(Assignment): Of the records that follow, copy only the lines from the line containing "v -0.925 0 109.507" to the line containing "v -20.884 -1000 90.786", both included, exactly as written.

##### Data for this task

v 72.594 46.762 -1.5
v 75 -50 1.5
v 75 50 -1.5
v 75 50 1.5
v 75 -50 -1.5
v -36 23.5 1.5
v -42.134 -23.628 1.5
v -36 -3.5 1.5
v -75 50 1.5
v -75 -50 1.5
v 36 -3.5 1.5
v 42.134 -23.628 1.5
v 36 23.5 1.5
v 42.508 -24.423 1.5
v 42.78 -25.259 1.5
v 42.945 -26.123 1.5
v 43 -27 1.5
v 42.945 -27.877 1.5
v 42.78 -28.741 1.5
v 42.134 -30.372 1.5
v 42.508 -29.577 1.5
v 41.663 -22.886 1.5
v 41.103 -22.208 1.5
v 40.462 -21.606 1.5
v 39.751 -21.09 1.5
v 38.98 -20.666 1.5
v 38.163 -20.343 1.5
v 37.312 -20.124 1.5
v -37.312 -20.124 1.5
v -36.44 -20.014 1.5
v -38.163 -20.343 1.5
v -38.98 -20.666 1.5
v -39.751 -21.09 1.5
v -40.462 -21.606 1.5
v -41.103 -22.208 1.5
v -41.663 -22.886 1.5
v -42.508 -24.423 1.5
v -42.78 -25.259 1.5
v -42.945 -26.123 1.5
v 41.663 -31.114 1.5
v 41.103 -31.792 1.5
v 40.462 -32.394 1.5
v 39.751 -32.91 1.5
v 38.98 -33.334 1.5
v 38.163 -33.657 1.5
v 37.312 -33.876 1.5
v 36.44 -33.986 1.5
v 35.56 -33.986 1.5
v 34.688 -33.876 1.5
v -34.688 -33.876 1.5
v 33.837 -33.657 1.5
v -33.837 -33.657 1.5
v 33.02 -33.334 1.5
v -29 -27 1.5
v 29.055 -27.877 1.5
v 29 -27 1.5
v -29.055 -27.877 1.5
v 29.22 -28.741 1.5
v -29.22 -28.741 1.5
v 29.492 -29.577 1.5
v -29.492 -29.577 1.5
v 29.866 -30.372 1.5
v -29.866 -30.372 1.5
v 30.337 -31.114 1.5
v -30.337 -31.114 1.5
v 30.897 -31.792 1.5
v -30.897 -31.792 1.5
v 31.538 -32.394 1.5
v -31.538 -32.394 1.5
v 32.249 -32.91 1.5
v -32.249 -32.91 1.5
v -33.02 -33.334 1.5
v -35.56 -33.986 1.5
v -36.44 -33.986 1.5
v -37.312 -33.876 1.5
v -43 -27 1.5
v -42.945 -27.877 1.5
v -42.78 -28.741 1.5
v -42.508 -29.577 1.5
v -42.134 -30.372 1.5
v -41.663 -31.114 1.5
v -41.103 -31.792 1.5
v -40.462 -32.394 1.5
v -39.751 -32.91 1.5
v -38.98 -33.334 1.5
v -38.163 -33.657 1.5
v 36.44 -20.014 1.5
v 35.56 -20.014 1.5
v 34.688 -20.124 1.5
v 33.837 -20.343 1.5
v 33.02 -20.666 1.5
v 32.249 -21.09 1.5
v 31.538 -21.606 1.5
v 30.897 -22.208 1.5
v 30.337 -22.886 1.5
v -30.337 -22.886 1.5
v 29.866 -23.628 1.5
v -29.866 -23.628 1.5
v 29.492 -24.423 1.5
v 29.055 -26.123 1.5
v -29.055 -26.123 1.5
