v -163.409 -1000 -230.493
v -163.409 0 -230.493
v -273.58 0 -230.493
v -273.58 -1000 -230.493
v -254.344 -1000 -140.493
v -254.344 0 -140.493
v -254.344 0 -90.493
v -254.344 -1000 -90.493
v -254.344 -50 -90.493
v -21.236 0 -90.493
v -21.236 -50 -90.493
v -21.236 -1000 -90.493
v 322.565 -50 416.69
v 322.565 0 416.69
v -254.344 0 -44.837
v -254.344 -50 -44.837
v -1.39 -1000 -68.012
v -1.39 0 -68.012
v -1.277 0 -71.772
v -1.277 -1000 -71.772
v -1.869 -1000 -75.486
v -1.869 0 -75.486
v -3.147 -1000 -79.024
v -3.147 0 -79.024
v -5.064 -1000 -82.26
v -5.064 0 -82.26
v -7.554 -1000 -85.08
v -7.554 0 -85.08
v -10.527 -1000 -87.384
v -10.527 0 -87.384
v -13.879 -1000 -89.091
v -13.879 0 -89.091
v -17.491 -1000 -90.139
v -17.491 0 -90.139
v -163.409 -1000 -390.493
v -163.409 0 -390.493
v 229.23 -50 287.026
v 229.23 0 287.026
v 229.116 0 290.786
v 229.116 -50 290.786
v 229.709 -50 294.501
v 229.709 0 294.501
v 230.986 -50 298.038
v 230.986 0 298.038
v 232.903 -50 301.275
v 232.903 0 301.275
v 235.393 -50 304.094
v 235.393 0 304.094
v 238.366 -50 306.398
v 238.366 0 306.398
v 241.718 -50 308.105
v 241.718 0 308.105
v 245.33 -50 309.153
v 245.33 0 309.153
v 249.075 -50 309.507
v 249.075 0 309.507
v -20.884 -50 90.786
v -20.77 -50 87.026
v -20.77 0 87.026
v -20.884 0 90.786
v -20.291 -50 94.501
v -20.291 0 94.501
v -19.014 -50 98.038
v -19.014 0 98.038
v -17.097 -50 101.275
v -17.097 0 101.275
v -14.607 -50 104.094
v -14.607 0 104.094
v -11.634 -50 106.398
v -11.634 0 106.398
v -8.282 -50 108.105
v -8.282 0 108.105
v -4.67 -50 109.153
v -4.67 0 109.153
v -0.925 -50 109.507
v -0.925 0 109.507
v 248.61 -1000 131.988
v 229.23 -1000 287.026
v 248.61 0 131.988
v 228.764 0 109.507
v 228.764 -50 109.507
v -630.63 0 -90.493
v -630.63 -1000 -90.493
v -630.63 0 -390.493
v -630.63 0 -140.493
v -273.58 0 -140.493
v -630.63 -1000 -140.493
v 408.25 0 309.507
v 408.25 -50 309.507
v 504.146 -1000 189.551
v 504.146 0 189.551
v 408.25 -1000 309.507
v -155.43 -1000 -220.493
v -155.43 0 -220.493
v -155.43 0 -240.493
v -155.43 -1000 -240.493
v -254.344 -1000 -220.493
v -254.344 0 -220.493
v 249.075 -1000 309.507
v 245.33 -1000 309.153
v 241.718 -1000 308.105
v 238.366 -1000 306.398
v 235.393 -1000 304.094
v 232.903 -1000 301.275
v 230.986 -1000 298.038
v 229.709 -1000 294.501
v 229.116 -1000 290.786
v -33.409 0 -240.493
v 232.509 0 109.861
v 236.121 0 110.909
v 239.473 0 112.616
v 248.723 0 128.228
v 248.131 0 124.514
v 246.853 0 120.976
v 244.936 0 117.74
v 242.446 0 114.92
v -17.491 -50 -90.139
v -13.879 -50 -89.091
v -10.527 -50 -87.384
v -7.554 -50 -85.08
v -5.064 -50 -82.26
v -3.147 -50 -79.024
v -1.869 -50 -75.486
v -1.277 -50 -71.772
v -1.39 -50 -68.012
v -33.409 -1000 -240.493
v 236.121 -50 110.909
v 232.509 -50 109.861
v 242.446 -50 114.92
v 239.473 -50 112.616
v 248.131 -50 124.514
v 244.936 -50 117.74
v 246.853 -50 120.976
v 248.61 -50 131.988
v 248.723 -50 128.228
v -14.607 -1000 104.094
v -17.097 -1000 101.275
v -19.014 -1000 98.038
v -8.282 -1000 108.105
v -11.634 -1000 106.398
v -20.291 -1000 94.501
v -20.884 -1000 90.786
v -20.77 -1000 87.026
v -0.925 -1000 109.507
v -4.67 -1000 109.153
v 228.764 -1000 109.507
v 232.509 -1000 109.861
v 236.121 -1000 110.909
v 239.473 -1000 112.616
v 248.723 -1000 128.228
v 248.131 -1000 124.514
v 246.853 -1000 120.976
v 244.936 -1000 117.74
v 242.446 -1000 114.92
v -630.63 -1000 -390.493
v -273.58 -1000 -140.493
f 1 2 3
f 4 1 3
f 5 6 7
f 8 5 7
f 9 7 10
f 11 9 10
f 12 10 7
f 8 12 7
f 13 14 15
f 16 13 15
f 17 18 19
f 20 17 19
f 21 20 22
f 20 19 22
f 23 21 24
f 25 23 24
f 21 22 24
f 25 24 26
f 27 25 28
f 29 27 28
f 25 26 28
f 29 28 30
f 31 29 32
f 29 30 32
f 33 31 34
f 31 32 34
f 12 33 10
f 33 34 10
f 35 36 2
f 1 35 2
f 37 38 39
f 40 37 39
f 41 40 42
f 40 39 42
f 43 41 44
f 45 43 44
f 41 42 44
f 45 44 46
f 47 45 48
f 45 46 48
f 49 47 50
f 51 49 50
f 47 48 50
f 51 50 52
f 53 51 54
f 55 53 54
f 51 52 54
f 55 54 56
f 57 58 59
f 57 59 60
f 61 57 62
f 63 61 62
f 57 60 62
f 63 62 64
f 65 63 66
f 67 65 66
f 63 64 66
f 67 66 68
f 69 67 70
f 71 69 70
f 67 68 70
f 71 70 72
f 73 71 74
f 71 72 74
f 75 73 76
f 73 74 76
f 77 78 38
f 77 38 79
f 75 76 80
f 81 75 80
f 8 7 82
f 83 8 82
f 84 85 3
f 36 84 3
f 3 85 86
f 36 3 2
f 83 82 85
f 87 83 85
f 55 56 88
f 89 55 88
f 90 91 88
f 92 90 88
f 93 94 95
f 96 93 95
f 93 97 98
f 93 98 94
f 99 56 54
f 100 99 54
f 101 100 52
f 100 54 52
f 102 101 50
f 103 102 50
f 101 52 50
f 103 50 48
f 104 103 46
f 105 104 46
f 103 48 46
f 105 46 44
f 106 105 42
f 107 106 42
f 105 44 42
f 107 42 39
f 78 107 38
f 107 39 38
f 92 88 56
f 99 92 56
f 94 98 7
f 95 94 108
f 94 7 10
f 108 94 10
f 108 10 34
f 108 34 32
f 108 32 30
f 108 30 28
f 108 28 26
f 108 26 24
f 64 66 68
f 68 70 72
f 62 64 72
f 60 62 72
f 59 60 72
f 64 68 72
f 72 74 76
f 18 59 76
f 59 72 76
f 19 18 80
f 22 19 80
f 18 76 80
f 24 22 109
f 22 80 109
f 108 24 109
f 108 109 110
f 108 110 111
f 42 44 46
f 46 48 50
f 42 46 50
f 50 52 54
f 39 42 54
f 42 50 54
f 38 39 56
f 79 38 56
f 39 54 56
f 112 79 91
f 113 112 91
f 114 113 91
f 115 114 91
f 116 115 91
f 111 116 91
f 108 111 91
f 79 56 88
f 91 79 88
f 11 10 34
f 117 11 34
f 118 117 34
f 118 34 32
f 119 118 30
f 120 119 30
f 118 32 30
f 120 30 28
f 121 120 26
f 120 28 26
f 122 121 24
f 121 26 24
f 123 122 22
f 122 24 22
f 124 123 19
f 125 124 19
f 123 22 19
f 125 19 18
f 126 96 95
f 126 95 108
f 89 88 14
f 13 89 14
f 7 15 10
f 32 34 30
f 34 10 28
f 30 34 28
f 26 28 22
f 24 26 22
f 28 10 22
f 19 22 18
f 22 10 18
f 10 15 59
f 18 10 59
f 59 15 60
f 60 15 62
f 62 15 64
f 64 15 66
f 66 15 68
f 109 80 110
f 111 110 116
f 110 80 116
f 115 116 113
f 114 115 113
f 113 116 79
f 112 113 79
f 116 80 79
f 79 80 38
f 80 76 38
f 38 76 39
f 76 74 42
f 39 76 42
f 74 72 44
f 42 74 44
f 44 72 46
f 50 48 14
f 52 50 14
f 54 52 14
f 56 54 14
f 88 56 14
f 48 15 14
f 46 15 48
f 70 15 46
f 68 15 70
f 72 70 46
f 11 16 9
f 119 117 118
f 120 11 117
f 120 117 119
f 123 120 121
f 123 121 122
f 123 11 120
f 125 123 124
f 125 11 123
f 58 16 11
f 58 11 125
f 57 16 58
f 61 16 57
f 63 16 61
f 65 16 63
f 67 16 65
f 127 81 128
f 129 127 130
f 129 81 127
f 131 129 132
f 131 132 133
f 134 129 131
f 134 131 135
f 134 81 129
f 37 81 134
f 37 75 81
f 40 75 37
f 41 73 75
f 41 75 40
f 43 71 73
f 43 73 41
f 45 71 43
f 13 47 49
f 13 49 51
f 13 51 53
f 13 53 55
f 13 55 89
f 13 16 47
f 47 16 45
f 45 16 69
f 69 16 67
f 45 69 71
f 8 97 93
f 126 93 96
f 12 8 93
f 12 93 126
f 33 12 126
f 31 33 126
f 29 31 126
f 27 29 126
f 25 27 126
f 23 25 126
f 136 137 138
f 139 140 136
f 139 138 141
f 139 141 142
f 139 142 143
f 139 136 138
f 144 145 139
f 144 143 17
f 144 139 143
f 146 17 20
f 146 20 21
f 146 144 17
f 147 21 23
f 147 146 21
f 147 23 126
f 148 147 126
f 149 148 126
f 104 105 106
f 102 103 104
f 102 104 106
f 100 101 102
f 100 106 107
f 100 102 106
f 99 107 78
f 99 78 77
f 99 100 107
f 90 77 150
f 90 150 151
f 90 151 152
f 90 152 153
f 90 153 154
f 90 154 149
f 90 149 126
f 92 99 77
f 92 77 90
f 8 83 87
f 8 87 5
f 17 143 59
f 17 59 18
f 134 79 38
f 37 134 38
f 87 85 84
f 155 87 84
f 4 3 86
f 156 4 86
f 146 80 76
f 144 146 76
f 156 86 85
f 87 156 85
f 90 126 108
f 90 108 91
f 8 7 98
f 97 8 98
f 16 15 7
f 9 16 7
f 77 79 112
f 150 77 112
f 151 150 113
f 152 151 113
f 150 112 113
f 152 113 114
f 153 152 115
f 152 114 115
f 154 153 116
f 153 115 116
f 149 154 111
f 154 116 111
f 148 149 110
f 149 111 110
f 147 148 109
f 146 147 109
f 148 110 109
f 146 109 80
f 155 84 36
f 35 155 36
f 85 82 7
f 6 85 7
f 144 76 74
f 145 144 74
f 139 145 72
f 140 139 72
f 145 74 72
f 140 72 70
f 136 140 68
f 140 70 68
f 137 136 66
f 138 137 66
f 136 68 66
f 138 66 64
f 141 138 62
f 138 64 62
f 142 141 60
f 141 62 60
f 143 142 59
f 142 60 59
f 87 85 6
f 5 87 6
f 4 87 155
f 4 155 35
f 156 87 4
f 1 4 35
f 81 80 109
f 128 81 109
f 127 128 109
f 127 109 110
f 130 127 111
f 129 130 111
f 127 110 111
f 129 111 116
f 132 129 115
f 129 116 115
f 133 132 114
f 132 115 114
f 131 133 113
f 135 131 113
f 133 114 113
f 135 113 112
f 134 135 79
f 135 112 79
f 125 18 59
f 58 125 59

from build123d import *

# Parameters (mm, degrees)
F1_DEPTH = 1000
F2_DEPTH = 50
F3_DEPTH = 1000
F4_DEPTH = 1000


# Not quite as in the source:
# - ends of sketch curves that miss each other by under 0.0002 mm in the source are joined


with BuildPart() as f1:
    # F0 (on Front) → F1 (new body)
    with BuildSketch(Plane.XZ):
        with BuildLine():
            Line((-21.236031, -90.492915), (-254.343951, -90.492915))
            Line((-254.343951, -90.492915), (-254.343951, -140.492915))
            Line((-254.343951, -140.492915), (-254.343951, -220.492915))
            Line((-254.343951, -220.492915), (-155.429775, -220.492915))
            Line((-155.429775, -220.492915), (-155.429775, -240.492915))
            Line((-155.429775, -240.492915), (-33.408643, -240.492915))
            Line((-33.408643, -240.492915), (154.0913568979, -90.4929148724))
            Line((154.0913568979, -90.4929148724), (504.14619, 189.550952))
            Line((504.14619, 189.550952), (408.249622949, 309.5070849592))
            Line((408.249622949, 309.5070849592), (249.075257, 309.507085))
            ThreePointArc((249.075257, 309.507085), (234.0816933606, 302.7431361252), (229.2296995119, 287.026389939))
            Line((229.2296995119, 287.026389939), (248.609526, 131.987779))
            ThreePointArc((248.609526, 131.987779), (243.7575323111, 116.2710335028), (228.763969, 109.507085))
            Line((228.763969, 109.507085), (-0.924743, 109.507085))
            ThreePointArc((-0.924743, 109.507085), (-15.9183066394, 102.7431361252), (-20.7703004881, 87.026389939))
            Line((-20.7703004881, 87.026389939), (-1.390474, -68.012221))
            ThreePointArc((-1.390474, -68.012221), (-6.2424676889, -83.7289664972), (-21.236031, -90.492915))
        make_face()
    extrude(amount=F1_DEPTH)


with BuildPart() as f2:
    # F0 (on Front) → F2 (new body)
    with BuildSketch(Plane.XZ):
        with BuildLine():
            Line((-254.343951, -44.837372), (-254.343951, -90.492915))
            Line((-254.343951, -90.492915), (-21.236031, -90.492915))
            ThreePointArc((-21.236031, -90.492915), (-6.2424676889, -83.7289664972), (-1.3904733888, -68.0122209236))
            Line((-1.3904733888, -68.0122209236), (-20.7703, 87.02639))
            ThreePointArc((-20.7703, 87.02639), (-15.9183066394, 102.7431361252), (-0.924743, 109.507085))
            Line((-0.924743, 109.507085), (228.763969, 109.507085))
            ThreePointArc((228.763969, 109.507085), (243.7575323111, 116.2710335028), (248.6095266112, 131.9877790764))
            Line((248.6095266112, 131.9877790764), (229.2297, 287.02639))
            ThreePointArc((229.2297, 287.02639), (234.0816933606, 302.7431361252), (249.075257, 309.507085))
            Line((249.075257, 309.507085), (408.249623, 309.507085))
            Line((408.249623, 309.507085), (322.5647089299, 416.689554944))
            Line((322.5647089299, 416.689554944), (-254.343951, -44.837372))
        make_face()
    extrude(amount=F2_DEPTH)


with BuildPart() as f3:
    # F0 (on Front) → F3 (new body)
    with BuildSketch(Plane.XZ):
        Polygon((-273.580387, -140.492915), (-630.630191, -140.492915), (-630.630191, -390.492915), (-163.408643, -390.492915), (-163.408643, -230.492915), (-273.580387, -230.492915), align=None)
    extrude(amount=F3_DEPTH)


with BuildPart() as f4:
    # F0 (on Front) → F4 (new body)
    with BuildSketch(Plane.XZ):
        Polygon((-254.343951, -140.492915), (-254.343951, -90.492915), (-630.630191, -90.492915), (-630.630191, -140.492915), (-273.580387, -140.492915), align=None)
    extrude(amount=F4_DEPTH)


solid = Compound([f1.part, f2.part, f3.part, f4.part])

##########

(Answer for the task):
v -0.925 0 109.507
v 248.61 -1000 131.988
v 229.23 -1000 287.026
v 248.61 0 131.988
v 228.764 0 109.507
v 228.764 -50 109.507
v -630.63 0 -90.493
v -630.63 -1000 -90.493
v -630.63 0 -390.493
v -630.63 0 -140.493
v -273.58 0 -140.493
v -630.63 -1000 -140.493
v 408.25 0 309.507
v 408.25 -50 309.507
v 504.146 -1000 189.551
v 504.146 0 189.551
v 408.25 -1000 309.507
v -155.43 -1000 -220.493
v -155.43 0 -220.493
v -155.43 0 -240.493
v -155.43 -1000 -240.493
v -254.344 -1000 -220.493
v -254.344 0 -220.493
v 249.075 -1000 309.507
v 245.33 -1000 309.153
v 241.718 -1000 308.105
v 238.366 -1000 306.398
v 235.393 -1000 304.094
v 232.903 -1000 301.275
v 230.986 -1000 298.038
v 229.709 -1000 294.501
v 229.116 -1000 290.786
v -33.409 0 -240.493
v 232.509 0 109.861
v 236.121 0 110.909
v 239.473 0 112.616
v 248.723 0 128.228
v 248.131 0 124.514
v 246.853 0 120.976
v 244.936 0 117.74
v 242.446 0 114.92
v -17.491 -50 -90.139
v -13.879 -50 -89.091
v -10.527 -50 -87.384
v -7.554 -50 -85.08
v -5.064 -50 -82.26
v -3.147 -50 -79.024
v -1.869 -50 -75.486
v -1.277 -50 -71.772
v -1.39 -50 -68.012
v -33.409 -1000 -240.493
v 236.121 -50 110.909
v 232.509 -50 109.861
v 242.446 -50 114.92
v 239.473 -50 112.616
v 248.131 -50 124.514
v 244.936 -50 117.74
v 246.853 -50 120.976
v 248.61 -50 131.988
v 248.723 -50 128.228
v -14.607 -1000 104.094
v -17.097 -1000 101.275
v -19.014 -1000 98.038
v -8.282 -1000 108.105
v -11.634 -1000 106.398
v -20.291 -1000 94.501
v -20.884 -1000 90.786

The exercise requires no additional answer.